KÖR KIZ “THE BLIND GIRL” – MILLAIS

Sanatta fiziksel bir eksikliği doğrudan göstermeden seyirciye aktarmak ressamlar için her zaman bir zorlu görev olmuştur. Kör bir insan deforme olmuş gözler veya koyu renk bir gözlükle çizilmeden eksiklikleri ve hissedebildikleri ile seyirciye nasıl aktarılır? Millais, Kör Kız’da bu durumun başarı ile üstesinden gelmiş ve seyircinin ana karakter ile doğrudan empati kurmasını sağlamıştır.
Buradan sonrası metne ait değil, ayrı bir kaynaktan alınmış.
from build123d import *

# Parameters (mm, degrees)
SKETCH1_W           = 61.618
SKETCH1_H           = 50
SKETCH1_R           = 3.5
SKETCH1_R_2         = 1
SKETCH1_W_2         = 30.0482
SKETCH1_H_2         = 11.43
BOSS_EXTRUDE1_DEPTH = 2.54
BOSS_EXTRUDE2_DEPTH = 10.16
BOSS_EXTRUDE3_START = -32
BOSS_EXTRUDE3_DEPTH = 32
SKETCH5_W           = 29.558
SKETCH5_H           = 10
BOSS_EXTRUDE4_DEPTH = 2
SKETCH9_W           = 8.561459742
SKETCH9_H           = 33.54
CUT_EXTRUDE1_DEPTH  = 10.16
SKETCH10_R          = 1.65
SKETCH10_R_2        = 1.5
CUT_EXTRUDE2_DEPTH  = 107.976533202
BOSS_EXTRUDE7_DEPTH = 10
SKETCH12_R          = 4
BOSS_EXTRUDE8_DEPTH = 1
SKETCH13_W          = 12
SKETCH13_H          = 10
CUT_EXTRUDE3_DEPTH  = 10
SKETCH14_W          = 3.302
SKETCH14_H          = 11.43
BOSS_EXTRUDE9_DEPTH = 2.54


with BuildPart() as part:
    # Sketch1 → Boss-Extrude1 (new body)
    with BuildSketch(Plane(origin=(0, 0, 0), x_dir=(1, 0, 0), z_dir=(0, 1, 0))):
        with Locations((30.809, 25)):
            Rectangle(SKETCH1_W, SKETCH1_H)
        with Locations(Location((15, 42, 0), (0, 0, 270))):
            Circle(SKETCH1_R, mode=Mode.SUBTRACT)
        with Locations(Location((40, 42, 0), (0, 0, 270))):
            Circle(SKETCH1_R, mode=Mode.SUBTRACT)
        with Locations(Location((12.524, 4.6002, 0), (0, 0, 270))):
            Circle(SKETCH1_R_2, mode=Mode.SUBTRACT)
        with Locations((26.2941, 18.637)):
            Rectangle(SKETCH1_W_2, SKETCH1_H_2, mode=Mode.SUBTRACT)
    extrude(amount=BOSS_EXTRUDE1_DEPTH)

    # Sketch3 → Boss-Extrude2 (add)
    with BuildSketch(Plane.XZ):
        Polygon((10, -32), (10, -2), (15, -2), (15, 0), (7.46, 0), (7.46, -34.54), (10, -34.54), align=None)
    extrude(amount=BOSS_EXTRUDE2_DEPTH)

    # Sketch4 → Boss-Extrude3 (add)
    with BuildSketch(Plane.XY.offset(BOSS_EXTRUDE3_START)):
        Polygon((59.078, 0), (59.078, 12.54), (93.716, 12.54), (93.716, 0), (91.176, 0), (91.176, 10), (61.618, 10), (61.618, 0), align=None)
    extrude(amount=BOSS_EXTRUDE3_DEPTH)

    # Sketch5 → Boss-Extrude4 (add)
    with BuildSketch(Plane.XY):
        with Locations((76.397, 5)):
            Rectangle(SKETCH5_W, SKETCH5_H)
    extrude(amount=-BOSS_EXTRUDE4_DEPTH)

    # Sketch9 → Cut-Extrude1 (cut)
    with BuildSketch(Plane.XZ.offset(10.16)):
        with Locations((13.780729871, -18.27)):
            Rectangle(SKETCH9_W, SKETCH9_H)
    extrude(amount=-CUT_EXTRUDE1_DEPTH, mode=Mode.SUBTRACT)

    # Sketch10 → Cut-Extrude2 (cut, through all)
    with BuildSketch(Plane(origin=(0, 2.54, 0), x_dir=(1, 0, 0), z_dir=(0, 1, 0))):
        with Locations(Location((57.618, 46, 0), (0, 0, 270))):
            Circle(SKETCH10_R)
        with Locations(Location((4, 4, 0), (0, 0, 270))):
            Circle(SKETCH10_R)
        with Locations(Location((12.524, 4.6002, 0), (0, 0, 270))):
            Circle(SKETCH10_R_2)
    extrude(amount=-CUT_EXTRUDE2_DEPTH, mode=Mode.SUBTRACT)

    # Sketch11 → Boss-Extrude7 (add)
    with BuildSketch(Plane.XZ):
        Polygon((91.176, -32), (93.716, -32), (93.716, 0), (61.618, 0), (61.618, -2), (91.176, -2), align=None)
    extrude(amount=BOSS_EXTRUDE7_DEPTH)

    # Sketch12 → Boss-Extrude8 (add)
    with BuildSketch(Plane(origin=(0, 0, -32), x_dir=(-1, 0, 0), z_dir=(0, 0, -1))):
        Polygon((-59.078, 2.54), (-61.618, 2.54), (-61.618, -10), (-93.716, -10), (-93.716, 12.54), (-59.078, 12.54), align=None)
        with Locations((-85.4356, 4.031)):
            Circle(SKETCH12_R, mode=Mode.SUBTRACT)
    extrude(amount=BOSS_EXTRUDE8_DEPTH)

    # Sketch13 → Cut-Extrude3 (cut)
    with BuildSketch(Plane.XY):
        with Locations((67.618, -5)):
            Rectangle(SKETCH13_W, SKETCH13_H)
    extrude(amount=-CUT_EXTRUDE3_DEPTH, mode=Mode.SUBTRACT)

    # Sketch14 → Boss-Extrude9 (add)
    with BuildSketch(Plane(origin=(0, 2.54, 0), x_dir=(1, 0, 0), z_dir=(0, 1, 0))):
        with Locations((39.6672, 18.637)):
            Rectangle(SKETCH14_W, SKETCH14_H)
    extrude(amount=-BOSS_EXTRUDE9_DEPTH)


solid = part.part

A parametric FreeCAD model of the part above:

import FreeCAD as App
import Part
import Sketcher

V = App.Vector
Q = App.Units.Quantity


def add_polygon(sketch, points):
    """Adds a closed chain of lines whose ends are joined by coincident constraints."""
    first, n = sketch.GeometryCount, len(points)
    for a, b in zip(points, points[1:] + points[:1]):
        sketch.addGeometry(Part.LineSegment(App.Vector(*a, 0), App.Vector(*b, 0)), False)
    for i in range(n):
        sketch.addConstraint(Sketcher.Constraint("Coincident", first + i, 2, first + (i + 1) % n, 1))

doc = App.newDocument("Part")
params = doc.addObject("Spreadsheet::Sheet", "Params")
for row, (alias, value) in enumerate([
    ("sketch1_diameter", "2 mm"),
    ("sketch1_diameter2", "7 mm"),
    ("sketch1_height", "50 mm"),
    ("sketch1_height2", "11.43 mm"),
    ("pad1_length", "2.54 mm"),
    ("sketch2_width", "5 mm"),
    ("sketch2_height", "2 mm"),
    ("sketch2_width2", "7.54 mm"),
    ("sketch2_height2", "34.54 mm"),
    ("pad2_length", "10.16 mm"),
    ("sketch3_height", "10 mm"),
    ("sketch3_width", "2.54 mm"),
    ("sketch3_height2", "12.54 mm"),
    ("pad3_length", "32 mm"),
    ("sketch4_height", "10 mm"),
    ("pad4_length", "2 mm"),
    ("sketch5_height", "33.54 mm"),
    ("pocket1_length", "10.16 mm"),
    ("sketch6_diameter", "3 mm"),
    ("sketch6_diameter2", "3.3 mm"),
    ("sketch7_height", "32 mm"),
    ("sketch7_height2", "2 mm"),
    ("sketch7_width", "2.54 mm"),
    ("pad5_length", "10 mm"),
    ("sketch8_diameter", "8 mm"),
    ("sketch8_height", "10 mm"),
    ("sketch8_width", "2.54 mm"),
    ("sketch8_height2", "22.54 mm"),
    ("pad6_length", "1 mm"),
    ("sketch9_width", "12 mm"),
    ("sketch9_height", "10 mm"),
    ("pocket3_length", "10 mm"),
    ("sketch10_height", "11.43 mm"),
    ("pad7_length", "2.54 mm"),
], start=1):
    params.set(f"A{row}", alias)
    params.set(f"B{row}", "=" + value)
    params.setAlias(f"B{row}", alias)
Eserin adı “Kör Kız” olmasaydı da seyircinin resimde gözlerini kapamış oturan kızın göremedeğini anlaması mümkün olur muydu? Muhtemelen, evet. Çünkü Millais resmin birçok noktasında kör kızın algıladıkları ve farkında olmadıklarına dair ipuçları verir.
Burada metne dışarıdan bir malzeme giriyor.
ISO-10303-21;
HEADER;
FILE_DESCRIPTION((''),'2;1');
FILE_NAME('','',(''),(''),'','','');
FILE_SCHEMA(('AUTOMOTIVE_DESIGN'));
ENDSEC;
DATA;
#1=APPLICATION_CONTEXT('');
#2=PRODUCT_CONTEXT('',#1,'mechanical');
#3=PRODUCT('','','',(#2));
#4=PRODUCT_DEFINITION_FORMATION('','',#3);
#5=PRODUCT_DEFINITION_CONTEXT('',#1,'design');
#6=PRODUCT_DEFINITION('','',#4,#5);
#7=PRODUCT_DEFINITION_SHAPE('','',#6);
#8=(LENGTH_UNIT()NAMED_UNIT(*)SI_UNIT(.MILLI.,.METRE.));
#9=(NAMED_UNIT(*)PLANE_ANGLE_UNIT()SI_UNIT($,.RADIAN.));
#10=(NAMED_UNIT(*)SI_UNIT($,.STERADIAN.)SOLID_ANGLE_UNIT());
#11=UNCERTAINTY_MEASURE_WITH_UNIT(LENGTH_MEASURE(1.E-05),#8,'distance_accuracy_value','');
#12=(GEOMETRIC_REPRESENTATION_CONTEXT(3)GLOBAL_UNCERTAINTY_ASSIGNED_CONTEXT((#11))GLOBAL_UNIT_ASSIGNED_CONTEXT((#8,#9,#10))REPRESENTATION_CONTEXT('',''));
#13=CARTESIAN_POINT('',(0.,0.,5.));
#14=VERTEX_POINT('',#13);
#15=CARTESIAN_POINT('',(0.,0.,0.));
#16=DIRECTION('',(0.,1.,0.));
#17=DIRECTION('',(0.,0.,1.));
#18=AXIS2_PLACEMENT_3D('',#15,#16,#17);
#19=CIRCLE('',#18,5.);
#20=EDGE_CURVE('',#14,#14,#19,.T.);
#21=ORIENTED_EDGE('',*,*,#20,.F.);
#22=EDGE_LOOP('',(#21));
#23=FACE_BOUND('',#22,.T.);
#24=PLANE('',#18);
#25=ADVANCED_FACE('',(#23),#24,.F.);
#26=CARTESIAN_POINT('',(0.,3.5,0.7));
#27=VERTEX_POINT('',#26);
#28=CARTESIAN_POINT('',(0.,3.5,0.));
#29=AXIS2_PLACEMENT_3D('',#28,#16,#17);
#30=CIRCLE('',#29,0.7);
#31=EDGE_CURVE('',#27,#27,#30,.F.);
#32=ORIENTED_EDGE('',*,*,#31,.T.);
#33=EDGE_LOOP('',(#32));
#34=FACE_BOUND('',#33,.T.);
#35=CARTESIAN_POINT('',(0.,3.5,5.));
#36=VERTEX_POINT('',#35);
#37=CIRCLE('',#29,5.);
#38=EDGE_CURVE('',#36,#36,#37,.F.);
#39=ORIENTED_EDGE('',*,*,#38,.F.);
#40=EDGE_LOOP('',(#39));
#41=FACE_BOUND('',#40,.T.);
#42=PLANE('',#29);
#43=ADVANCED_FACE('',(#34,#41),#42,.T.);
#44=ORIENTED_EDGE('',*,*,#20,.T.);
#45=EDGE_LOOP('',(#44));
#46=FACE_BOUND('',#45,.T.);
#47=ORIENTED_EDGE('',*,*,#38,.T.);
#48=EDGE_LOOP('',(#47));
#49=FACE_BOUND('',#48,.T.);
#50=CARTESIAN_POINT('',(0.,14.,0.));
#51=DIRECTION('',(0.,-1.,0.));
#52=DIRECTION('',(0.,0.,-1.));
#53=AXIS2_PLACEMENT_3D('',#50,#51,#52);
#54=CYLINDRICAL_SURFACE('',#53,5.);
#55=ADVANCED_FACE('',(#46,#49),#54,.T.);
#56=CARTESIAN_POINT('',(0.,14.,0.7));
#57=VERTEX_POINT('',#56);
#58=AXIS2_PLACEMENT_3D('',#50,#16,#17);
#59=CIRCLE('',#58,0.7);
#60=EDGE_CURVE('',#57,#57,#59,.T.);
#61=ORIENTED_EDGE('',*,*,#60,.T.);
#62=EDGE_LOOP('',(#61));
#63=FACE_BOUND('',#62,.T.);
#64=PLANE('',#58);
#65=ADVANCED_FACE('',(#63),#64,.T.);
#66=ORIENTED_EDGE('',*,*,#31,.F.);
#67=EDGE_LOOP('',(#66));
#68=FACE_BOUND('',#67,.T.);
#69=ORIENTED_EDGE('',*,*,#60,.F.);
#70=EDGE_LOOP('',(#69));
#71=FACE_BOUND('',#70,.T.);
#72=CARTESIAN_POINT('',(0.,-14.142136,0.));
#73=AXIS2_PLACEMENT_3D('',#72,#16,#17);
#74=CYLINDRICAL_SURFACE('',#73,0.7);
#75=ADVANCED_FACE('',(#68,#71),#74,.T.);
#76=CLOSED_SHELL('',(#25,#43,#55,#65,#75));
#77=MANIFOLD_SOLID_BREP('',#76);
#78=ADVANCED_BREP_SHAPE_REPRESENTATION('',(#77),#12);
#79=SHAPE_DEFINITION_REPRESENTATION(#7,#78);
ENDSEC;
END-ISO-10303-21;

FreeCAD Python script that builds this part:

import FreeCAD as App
import Part
import Sketcher

V = App.Vector
Q = App.Units.Quantity

doc = App.newDocument("Part")
body = doc.addObject("PartDesign::Body", "Body")

# Sketch on XZ plane
sketch1 = body.newObject("Sketcher::SketchObject", "Sketch")
sketch1.AttachmentSupport = (doc.getObject("XZ_Plane"), [""])
sketch1.MapMode = "FlatFace"
sketch1.addGeometry(Part.Circle(V(0, 0, 0), V(0, 0, 1), 5), False)
sketch1.addConstraint(Sketcher.Constraint("Coincident", 0, 3, -1, 1))
sketch1.addConstraint(Sketcher.Constraint("Diameter", 0, Q("10 mm")))
pad1 = body.newObject("PartDesign::Pad", "Pad")
pad1.Profile = sketch1
pad1.Length = 14
pad1.Reversed = True

# Sketch on XZ plane
sketch2 = body.newObject("Sketcher::SketchObject", "Sketch001")
sketch2.AttachmentSupport = (doc.getObject("XZ_Plane"), [""])
sketch2.MapMode = "FlatFace"
sketch2.AttachmentOffset = App.Placement(V(0, 0, -3.5), App.Rotation())
sketch2.addGeometry(Part.Circle(V(0, 0, 0), V(0, 0, 1), 5), False)
sketch2.addGeometry(Part.Circle(V(0, 0, 0), V(0, 0, 1), 0.7), False)
sketch2.addConstraint(Sketcher.Constraint("Coincident", 0, 3, -1, 1))
sketch2.addConstraint(Sketcher.Constraint("Coincident", 1, 3, -1, 1))
sketch2.addConstraint(Sketcher.Constraint("Diameter", 0, Q("10 mm")))
sketch2.addConstraint(Sketcher.Constraint("Diameter", 1, Q("1.4 mm")))
pocket1 = body.newObject("PartDesign::Pocket", "Pocket")
pocket1.Profile = sketch2
pocket1.Length = 10.5

doc.recompute()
Kahverengi tonlarında üzerinde yırtıklar, sökükler bulunan giysileri ile gözlerini kapamış olan kızın pek de varlıklı olmadığı ilk görüşte anlaşılır. Kızın yanında elinden tuttuğu sarışın küçük kızın ise muhtemelen kardeşi olduğunu düşünürüz. Onun da giysilerinin eskiliği göze çarpar. Kızın giysilerini incelerken göze çarpan bir diğer ayrıntı da boynuna asılı küçük nottur. Üzerinde “Köre Merhamet Edin” (Pity the Blind) yazan bu not gözleri kapalı kızın kör olduğunu netleştirir. Kucağındaki akerdeonu çalarak insanlardan para toplamakta ve yanındaki küçük kardeşi de ona eşlik etmektedir.
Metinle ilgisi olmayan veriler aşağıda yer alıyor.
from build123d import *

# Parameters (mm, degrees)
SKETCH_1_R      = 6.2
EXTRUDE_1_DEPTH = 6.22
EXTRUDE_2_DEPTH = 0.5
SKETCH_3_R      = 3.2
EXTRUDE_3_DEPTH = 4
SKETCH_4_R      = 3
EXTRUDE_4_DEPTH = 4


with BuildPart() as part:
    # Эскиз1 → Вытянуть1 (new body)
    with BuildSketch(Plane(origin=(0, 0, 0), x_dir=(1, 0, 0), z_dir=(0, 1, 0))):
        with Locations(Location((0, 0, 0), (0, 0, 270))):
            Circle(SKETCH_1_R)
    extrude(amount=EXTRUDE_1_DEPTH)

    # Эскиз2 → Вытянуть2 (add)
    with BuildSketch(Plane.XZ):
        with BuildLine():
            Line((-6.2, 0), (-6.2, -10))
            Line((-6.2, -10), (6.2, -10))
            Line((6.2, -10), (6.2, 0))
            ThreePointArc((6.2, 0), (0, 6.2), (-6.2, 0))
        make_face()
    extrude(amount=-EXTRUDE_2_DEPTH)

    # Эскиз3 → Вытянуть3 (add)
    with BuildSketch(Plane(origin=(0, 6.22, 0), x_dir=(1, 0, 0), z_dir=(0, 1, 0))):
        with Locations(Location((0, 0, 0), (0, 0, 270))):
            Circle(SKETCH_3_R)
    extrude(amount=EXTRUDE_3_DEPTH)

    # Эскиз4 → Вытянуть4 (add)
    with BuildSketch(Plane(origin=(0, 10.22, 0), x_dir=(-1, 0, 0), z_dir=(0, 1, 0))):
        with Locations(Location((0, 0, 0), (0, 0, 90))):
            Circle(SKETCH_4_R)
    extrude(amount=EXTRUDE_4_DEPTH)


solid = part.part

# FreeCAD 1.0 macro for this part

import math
import FreeCAD as App
import Part
import Sketcher

V = App.Vector

doc = App.newDocument("Part")
body = doc.addObject("PartDesign::Body", "Body")

sketch1 = body.newObject("Sketcher::SketchObject", "Sketch")
sketch1.AttachmentSupport = (doc.getObject("XZ_Plane"), [""])
sketch1.MapMode = "FlatFace"
sketch1.addGeometry(Part.Circle(V(0, 0, 0), V(0, 0, 1), 6), False)
sketch1.addConstraint(Sketcher.Constraint("Coincident", 0, 3, -1, 1))
sketch1.addConstraint(Sketcher.Constraint("Diameter", 0, 12.4))
pad1 = body.newObject("PartDesign::Pad", "Pad")
pad1.Profile = sketch1
pad1.Length = 6.22
pad1.Reversed = True

sketch2 = body.newObject("Sketcher::SketchObject", "Sketch001")
sketch2.AttachmentSupport = (doc.getObject("XZ_Plane"), [""])
sketch2.MapMode = "FlatFace"
sketch2.addGeometry(Part.LineSegment(V(-6, 0, 0), V(-6, -10, 0)), False)
sketch2.addGeometry(Part.LineSegment(V(-6, -10, 0), V(6, -10, 0)), False)
sketch2.addGeometry(Part.LineSegment(V(6, -10, 0), V(6, 0, 0)), False)
sketch2.addGeometry(Part.ArcOfCircle(Part.Circle(V(0, 0, 0), V(0, 0, 1), 6), math.radians(0), math.radians(180)), False)
sketch2.addConstraint(Sketcher.Constraint("Coincident", 0, 2, 1, 1))
sketch2.addConstraint(Sketcher.Constraint("Coincident", 1, 2, 2, 1))
sketch2.addConstraint(Sketcher.Constraint("Tangent", 2, 2, 3, 1))
sketch2.addConstraint(Sketcher.Constraint("Tangent", 3, 2, 0, 1))
sketch2.addConstraint(Sketcher.Constraint("Vertical", 0))
sketch2.addConstraint(Sketcher.Constraint("Horizontal", 1))
sketch2.addConstraint(Sketcher.Constraint("Vertical", 2))
sketch2.addConstraint(Sketcher.Constraint("Coincident", 3, 3, -1, 1))
sketch2.addConstraint(Sketcher.Constraint("Radius", 3, 6.2))
sketch2.addConstraint(Sketcher.Constraint("DistanceY", 0, 2, 0, 1, 10.0))
pad2 = body.newObject("PartDesign::Pad", "Pad001")
pad2.Profile = sketch2
pad2.Length = 0.5
pad2.Reversed = True

sketch3 = body.newObject("Sketcher::SketchObject", "Sketch002")
sketch3.AttachmentSupport = (doc.getObject("XZ_Plane"), [""])
sketch3.MapMode = "FlatFace"
sketch3.AttachmentOffset = App.Placement(V(0, 0, -6.22), App.Rotation())
sketch3.addGeometry(Part.Circle(V(0, 0, 0), V(0, 0, 1), 3.2), False)
sketch3.addConstraint(Sketcher.Constraint("Coincident", 0, 3, -1, 1))
sketch3.addConstraint(Sketcher.Constraint("Diameter", 0, 6.4))
pad3 = body.newObject("PartDesign::Pad", "Pad002")
pad3.Profile = sketch3
pad3.Length = 4
pad3.Reversed = True

sketch4 = body.newObject("Sketcher::SketchObject", "Sketch003")
sketch4.AttachmentSupport = (doc.getObject("XZ_Plane"), [""])
sketch4.MapMode = "FlatFace"
sketch4.AttachmentOffset = App.Placement(V(0, 0, -10.22), App.Rotation())
sketch4.addGeometry(Part.Circle(V(0, 0, 0), V(0, 0, 1), 3), False)
sketch4.addConstraint(Sketcher.Constraint("Coincident", 0, 3, -1, 1))
sketch4.addConstraint(Sketcher.Constraint("Diameter", 0, 6.0))
pad4 = body.newObject("PartDesign::Pad", "Pad003")
pad4.Profile = sketch4
pad4.Length = 4
pad4.Reversed = True

doc.recompute()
Oysa boynundaki not olmadan da kör kızın algıları Millais tarafından seyirciye son derece keskin biçimde aktarılmaktadır. Kızın bir eli ile sıkı sıkıya kardeşinin elinden tuttuğu görülür. Bir yandan da diğer eli ile yanıbaşındaki çimenlere dokunmakta, parmakları ile bir çiçeğin sapını sıkmaktadır. Dokunma duyusuna hitap eden bu iki eylem kör kızın görme dışında kullandığı diğer duyularına yöneltir bizi. Kardeşinin elinin dokunuşu ve ezilen çimenin muhtemel kokusu kızın algılayabildikleri arasındadır.

Diğer yandan gökyüzünün koyu rengi ve yeni çıkmış çifte gökkuşağından kısa sürece önce yağan yağmurun dinmiş olduğunu ve güneşin açtığını anlayabiliriz. Yüzüne vuran güneşin sıcaklığı ile başını hafifçe geriye doğru yatıran kız, bir yandan da olasılıkla ıslak yemyeşil çimenlerin kokusunu içine çekmektedir. Çevredeki kargalar ve otlayan ineklerin sesleri de dış dünyaya dair duyduğu seslerdendir.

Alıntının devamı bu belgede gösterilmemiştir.